The younger child had been in a child safety seat in the van since 8 a.m., when the father changed his morning routine and stopped for coffee on the way to his campus on the last day of the school year. Normally, the father dropped the infant at a baby sitter's before getting coffee, police said.
The National Weather Service reported a high temperature of 98 degrees Thursday in Las Vegas. Police said the temperature inside the parked van could have reached 160 degrees.
Carlson said detectives would submit a report to Clark County District Attorney David Roger for possible prosecution.
Roger said Friday it was too early to say whether charges will be filed.
Four previous cases since 2001 involving children who died after being left unattended in hot cars did not result in any prosecutions under Roger's predecessor, Stewart Bell.
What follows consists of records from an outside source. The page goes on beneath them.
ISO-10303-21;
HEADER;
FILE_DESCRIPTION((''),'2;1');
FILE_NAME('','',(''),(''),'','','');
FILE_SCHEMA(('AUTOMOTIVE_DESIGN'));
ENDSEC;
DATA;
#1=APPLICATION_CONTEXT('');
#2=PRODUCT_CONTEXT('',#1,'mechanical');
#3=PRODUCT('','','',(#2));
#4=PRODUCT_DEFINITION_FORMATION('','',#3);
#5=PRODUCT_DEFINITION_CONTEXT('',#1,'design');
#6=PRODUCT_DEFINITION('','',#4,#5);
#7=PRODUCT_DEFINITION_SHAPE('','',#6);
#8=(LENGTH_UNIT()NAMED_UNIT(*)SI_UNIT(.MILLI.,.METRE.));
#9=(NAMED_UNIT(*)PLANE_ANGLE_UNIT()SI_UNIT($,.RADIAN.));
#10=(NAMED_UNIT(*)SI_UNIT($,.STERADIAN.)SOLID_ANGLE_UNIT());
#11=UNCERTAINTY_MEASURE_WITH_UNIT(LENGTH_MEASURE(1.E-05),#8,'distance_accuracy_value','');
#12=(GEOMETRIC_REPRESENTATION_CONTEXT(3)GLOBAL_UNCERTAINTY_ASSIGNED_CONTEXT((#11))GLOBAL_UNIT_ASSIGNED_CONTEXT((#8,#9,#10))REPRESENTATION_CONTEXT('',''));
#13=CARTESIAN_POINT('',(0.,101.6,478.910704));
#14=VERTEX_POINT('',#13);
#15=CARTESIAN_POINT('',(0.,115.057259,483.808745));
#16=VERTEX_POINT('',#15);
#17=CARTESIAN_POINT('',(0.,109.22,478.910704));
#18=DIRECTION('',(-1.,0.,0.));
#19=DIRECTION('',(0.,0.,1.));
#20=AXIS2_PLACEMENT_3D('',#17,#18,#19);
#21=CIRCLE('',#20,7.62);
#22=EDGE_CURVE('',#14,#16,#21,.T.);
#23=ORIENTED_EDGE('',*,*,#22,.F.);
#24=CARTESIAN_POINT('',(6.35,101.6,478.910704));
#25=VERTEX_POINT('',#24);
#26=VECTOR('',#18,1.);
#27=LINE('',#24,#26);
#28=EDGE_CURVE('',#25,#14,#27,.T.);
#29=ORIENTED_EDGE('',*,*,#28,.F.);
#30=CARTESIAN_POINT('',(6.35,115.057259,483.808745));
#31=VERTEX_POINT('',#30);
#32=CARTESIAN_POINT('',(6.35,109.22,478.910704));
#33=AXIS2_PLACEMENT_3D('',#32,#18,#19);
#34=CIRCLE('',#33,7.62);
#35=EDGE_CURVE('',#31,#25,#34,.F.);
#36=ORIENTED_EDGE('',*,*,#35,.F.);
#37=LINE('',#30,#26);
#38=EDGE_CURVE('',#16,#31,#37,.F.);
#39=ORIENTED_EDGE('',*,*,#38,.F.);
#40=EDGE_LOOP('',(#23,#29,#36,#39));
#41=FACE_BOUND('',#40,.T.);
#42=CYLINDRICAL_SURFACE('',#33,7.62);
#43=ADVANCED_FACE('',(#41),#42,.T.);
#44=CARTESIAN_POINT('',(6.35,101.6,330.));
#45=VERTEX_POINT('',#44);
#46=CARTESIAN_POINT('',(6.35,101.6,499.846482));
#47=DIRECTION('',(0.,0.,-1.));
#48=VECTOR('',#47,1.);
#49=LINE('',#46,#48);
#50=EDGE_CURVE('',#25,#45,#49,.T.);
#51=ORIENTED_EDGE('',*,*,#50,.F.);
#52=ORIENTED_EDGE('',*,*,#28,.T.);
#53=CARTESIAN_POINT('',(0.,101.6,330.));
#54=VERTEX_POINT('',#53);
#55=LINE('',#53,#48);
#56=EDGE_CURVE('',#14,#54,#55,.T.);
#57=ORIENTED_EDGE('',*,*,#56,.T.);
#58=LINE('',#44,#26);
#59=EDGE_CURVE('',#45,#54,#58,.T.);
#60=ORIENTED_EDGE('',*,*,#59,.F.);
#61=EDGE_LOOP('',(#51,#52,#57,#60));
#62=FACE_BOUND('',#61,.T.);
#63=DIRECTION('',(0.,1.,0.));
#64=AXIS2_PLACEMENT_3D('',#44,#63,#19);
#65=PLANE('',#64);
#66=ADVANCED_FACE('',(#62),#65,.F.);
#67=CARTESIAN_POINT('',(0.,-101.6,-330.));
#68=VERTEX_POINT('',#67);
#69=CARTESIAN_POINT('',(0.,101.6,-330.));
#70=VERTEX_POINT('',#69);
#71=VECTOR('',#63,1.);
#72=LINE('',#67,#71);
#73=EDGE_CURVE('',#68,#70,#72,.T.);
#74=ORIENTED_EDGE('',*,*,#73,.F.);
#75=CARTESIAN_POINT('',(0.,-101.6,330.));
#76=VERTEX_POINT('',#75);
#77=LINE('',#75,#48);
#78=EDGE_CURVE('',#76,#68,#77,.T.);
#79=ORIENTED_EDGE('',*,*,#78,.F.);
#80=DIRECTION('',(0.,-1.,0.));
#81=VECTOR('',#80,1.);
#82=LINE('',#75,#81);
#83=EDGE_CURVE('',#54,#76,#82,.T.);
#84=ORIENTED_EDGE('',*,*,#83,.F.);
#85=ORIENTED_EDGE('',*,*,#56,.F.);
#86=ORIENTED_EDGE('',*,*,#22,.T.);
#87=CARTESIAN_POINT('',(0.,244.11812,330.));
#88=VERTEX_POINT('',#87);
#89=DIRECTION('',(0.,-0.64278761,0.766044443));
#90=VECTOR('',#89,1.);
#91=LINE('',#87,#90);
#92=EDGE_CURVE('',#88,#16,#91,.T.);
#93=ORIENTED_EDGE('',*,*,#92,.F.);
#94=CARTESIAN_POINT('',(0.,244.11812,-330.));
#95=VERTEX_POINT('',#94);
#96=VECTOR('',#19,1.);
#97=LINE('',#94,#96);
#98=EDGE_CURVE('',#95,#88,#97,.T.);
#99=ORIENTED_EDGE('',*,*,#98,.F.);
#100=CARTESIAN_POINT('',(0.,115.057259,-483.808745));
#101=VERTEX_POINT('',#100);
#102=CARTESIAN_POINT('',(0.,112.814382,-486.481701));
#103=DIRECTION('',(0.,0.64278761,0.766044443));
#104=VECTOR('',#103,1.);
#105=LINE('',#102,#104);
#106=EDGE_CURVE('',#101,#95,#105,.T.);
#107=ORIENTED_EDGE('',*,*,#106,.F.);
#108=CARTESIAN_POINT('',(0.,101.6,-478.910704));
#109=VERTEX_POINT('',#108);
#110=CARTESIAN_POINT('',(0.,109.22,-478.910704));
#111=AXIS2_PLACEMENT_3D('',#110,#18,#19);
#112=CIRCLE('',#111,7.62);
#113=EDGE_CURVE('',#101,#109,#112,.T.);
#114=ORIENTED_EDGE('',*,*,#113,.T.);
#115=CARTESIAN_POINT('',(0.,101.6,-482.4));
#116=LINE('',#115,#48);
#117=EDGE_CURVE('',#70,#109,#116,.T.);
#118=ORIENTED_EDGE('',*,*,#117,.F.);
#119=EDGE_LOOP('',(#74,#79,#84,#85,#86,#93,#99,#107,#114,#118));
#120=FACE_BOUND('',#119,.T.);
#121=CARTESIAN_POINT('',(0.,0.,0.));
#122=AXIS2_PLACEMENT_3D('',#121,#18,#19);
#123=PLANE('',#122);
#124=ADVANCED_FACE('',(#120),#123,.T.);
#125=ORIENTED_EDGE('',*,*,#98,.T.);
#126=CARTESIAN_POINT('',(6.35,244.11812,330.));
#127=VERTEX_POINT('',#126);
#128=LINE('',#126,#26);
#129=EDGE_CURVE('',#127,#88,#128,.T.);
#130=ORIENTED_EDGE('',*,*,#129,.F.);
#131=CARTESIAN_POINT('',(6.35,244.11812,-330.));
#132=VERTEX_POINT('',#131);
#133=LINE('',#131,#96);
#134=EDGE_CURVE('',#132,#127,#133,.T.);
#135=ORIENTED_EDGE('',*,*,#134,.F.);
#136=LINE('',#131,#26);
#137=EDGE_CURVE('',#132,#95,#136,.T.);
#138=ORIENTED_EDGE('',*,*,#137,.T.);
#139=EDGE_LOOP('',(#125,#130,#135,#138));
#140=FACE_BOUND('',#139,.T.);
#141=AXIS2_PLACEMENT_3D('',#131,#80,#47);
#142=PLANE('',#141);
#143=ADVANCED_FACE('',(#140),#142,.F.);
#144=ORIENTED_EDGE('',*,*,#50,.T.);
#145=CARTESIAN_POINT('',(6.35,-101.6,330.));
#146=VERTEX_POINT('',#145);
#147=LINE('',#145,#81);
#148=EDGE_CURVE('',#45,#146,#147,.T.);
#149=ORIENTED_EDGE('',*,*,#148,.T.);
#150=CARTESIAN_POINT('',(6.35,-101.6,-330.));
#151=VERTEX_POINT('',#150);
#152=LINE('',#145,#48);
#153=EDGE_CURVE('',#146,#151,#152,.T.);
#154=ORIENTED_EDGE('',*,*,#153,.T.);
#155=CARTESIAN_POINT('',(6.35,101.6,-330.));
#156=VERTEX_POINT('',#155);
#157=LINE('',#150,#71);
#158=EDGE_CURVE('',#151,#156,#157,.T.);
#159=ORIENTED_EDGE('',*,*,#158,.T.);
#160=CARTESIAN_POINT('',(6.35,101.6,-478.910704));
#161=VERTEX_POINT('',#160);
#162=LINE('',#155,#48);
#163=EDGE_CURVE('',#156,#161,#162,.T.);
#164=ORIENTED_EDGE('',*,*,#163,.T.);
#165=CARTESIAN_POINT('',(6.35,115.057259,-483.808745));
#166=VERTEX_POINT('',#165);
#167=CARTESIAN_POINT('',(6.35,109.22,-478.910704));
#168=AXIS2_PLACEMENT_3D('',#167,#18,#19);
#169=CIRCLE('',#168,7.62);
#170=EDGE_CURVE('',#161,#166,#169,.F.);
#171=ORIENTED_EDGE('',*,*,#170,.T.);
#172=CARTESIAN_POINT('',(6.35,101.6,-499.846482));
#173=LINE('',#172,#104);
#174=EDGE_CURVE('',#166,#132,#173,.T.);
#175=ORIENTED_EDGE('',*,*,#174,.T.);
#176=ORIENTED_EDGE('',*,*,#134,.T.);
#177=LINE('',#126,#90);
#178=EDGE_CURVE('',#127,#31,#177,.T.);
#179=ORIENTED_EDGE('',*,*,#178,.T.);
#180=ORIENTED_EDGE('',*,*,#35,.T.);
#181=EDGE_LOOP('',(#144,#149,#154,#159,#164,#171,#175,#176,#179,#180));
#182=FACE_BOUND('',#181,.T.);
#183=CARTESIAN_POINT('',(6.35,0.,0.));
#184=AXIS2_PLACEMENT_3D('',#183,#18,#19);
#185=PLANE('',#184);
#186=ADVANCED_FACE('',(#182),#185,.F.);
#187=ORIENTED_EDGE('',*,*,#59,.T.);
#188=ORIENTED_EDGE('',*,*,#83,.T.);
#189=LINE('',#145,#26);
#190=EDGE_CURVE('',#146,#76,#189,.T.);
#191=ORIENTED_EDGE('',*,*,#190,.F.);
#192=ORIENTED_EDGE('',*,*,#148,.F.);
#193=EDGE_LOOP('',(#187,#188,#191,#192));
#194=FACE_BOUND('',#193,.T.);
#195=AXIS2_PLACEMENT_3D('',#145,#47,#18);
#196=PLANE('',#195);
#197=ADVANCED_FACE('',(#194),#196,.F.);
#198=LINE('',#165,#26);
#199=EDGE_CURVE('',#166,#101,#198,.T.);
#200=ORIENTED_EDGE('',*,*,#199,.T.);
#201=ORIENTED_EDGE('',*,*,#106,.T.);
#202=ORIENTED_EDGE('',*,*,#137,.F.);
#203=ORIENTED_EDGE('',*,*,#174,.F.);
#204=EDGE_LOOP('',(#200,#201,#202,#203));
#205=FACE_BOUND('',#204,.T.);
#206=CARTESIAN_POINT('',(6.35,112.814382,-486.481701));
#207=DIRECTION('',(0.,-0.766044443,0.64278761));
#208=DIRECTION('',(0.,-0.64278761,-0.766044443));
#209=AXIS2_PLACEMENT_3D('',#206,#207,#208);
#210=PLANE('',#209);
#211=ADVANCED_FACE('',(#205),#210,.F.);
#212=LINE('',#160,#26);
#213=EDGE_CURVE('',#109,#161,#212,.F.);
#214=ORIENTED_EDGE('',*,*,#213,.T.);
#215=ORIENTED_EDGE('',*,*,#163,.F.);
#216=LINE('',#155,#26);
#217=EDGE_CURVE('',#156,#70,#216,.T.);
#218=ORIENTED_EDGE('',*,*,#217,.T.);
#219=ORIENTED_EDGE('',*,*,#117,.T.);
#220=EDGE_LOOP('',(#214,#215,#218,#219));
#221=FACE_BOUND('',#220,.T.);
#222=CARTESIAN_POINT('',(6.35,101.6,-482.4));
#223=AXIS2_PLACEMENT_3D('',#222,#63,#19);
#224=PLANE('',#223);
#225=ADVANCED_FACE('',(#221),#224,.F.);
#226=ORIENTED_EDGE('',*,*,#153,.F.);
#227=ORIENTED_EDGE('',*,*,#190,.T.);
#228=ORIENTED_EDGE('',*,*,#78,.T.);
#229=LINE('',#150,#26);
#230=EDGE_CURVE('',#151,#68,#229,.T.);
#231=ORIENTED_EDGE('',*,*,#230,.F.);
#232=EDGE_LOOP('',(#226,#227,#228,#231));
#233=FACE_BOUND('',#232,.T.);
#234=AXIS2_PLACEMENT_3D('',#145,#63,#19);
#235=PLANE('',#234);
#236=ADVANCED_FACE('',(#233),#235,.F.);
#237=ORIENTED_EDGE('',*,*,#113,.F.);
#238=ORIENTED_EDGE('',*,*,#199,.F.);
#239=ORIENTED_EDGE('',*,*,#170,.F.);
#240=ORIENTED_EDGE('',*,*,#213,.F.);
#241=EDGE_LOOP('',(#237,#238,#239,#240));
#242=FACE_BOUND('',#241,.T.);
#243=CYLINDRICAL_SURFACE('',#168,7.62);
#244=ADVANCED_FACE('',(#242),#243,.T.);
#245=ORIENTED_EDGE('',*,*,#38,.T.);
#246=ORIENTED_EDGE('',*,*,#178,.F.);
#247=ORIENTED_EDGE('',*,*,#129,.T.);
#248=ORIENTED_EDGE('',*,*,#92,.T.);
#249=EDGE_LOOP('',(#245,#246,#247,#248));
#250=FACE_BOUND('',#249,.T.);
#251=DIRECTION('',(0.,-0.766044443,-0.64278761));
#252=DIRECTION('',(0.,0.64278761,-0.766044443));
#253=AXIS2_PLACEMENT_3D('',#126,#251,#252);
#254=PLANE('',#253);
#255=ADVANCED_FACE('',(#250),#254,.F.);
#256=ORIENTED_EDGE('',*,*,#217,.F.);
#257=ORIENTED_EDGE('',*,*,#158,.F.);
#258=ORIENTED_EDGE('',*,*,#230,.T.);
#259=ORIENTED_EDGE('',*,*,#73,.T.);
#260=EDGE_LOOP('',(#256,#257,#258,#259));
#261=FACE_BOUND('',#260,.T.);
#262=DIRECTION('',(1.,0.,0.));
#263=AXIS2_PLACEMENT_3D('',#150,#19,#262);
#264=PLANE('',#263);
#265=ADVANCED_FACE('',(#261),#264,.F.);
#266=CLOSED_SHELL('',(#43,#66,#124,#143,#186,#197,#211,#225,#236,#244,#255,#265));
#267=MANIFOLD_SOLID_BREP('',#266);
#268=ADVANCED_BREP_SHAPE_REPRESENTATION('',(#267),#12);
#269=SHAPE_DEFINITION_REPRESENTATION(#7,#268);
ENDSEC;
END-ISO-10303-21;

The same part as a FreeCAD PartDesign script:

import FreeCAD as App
import Part
import Sketcher

V = App.Vector
Q = App.Units.Quantity


def edges_at(feature, points):
    """Names of the edges that pass closest to the given points."""
    edges = feature.Shape.Edges
    near = lambda p: min(range(len(edges)), key=lambda i: edges[i].distToShape(Part.Vertex(*p))[0])
    return sorted({f"Edge{near(p) + 1}" for p in points})

doc = App.newDocument("Part")
body = doc.addObject("PartDesign::Body", "Body")

sketch1 = body.newObject("Sketcher::SketchObject", "Sketch")
sketch1.AttachmentSupport = (doc.getObject("YZ_Plane"), [""])
sketch1.MapMode = "FlatFace"
sketch1.addGeometry([
    Part.LineSegment(V(102, -330, 0), V(102, -500, 0)),
    Part.LineSegment(V(102, -500, 0), V(113, -486, 0)),
    Part.LineSegment(V(113, -486, 0), V(244, -330, 0)),
    Part.LineSegment(V(244, -330, 0), V(244, 330, 0)),
    Part.LineSegment(V(244, 330, 0), V(102, 500, 0)),
    Part.LineSegment(V(102, 500, 0), V(102, 330, 0)),
    Part.LineSegment(V(102, 330, 0), V(-102, 330, 0)),
    Part.LineSegment(V(-102, 330, 0), V(-102, -330, 0)),
    Part.LineSegment(V(-102, -330, 0), V(102, -330, 0)),
], False)
sketch1.addConstraint([
    Sketcher.Constraint("Coincident", 0, 2, 1, 1),
    Sketcher.Constraint("Coincident", 1, 2, 2, 1),
    Sketcher.Constraint("Coincident", 2, 2, 3, 1),
    Sketcher.Constraint("Coincident", 3, 2, 4, 1),
    Sketcher.Constraint("Coincident", 4, 2, 5, 1),
    Sketcher.Constraint("Coincident", 5, 2, 6, 1),
    Sketcher.Constraint("Coincident", 6, 2, 7, 1),
    Sketcher.Constraint("Coincident", 7, 2, 8, 1),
It was the third time in three days that children had been left unattended in vehicles in Las Vegas. Police will seek gross misdemeanor endangerment charges against the parents in the other two cases, Carlson said.
Carlson said detectives were investigating after a mother forgot her 1-year-old for an hour in a car Wednesday while she was watching four other children. The child was treated for dehydration and is recovering.
On Tuesday, a 16-month-old became the focus of the state's first "Amber Alert" after his mother allegedly left him in a car that was stolen while she shopped. The thief abandoned the car at a convenience store, and the boy was found unharmed about five hours later. The car thief has not been found.
At least 120 children died from heat injuries nationwide from 1996 to 2000, a General Motors study shows. Seven of those deaths occurred in southern Nevada.
A year ago, a 5-year-old North Las Vegas boy died after climbing into a car parked in the family driveway. The car's door handles didn't work. Temperatures that day reached 101 degrees.
In 2001, a 5-year-old boy and two infants died in Clark County in separate cases after being left in hot cars.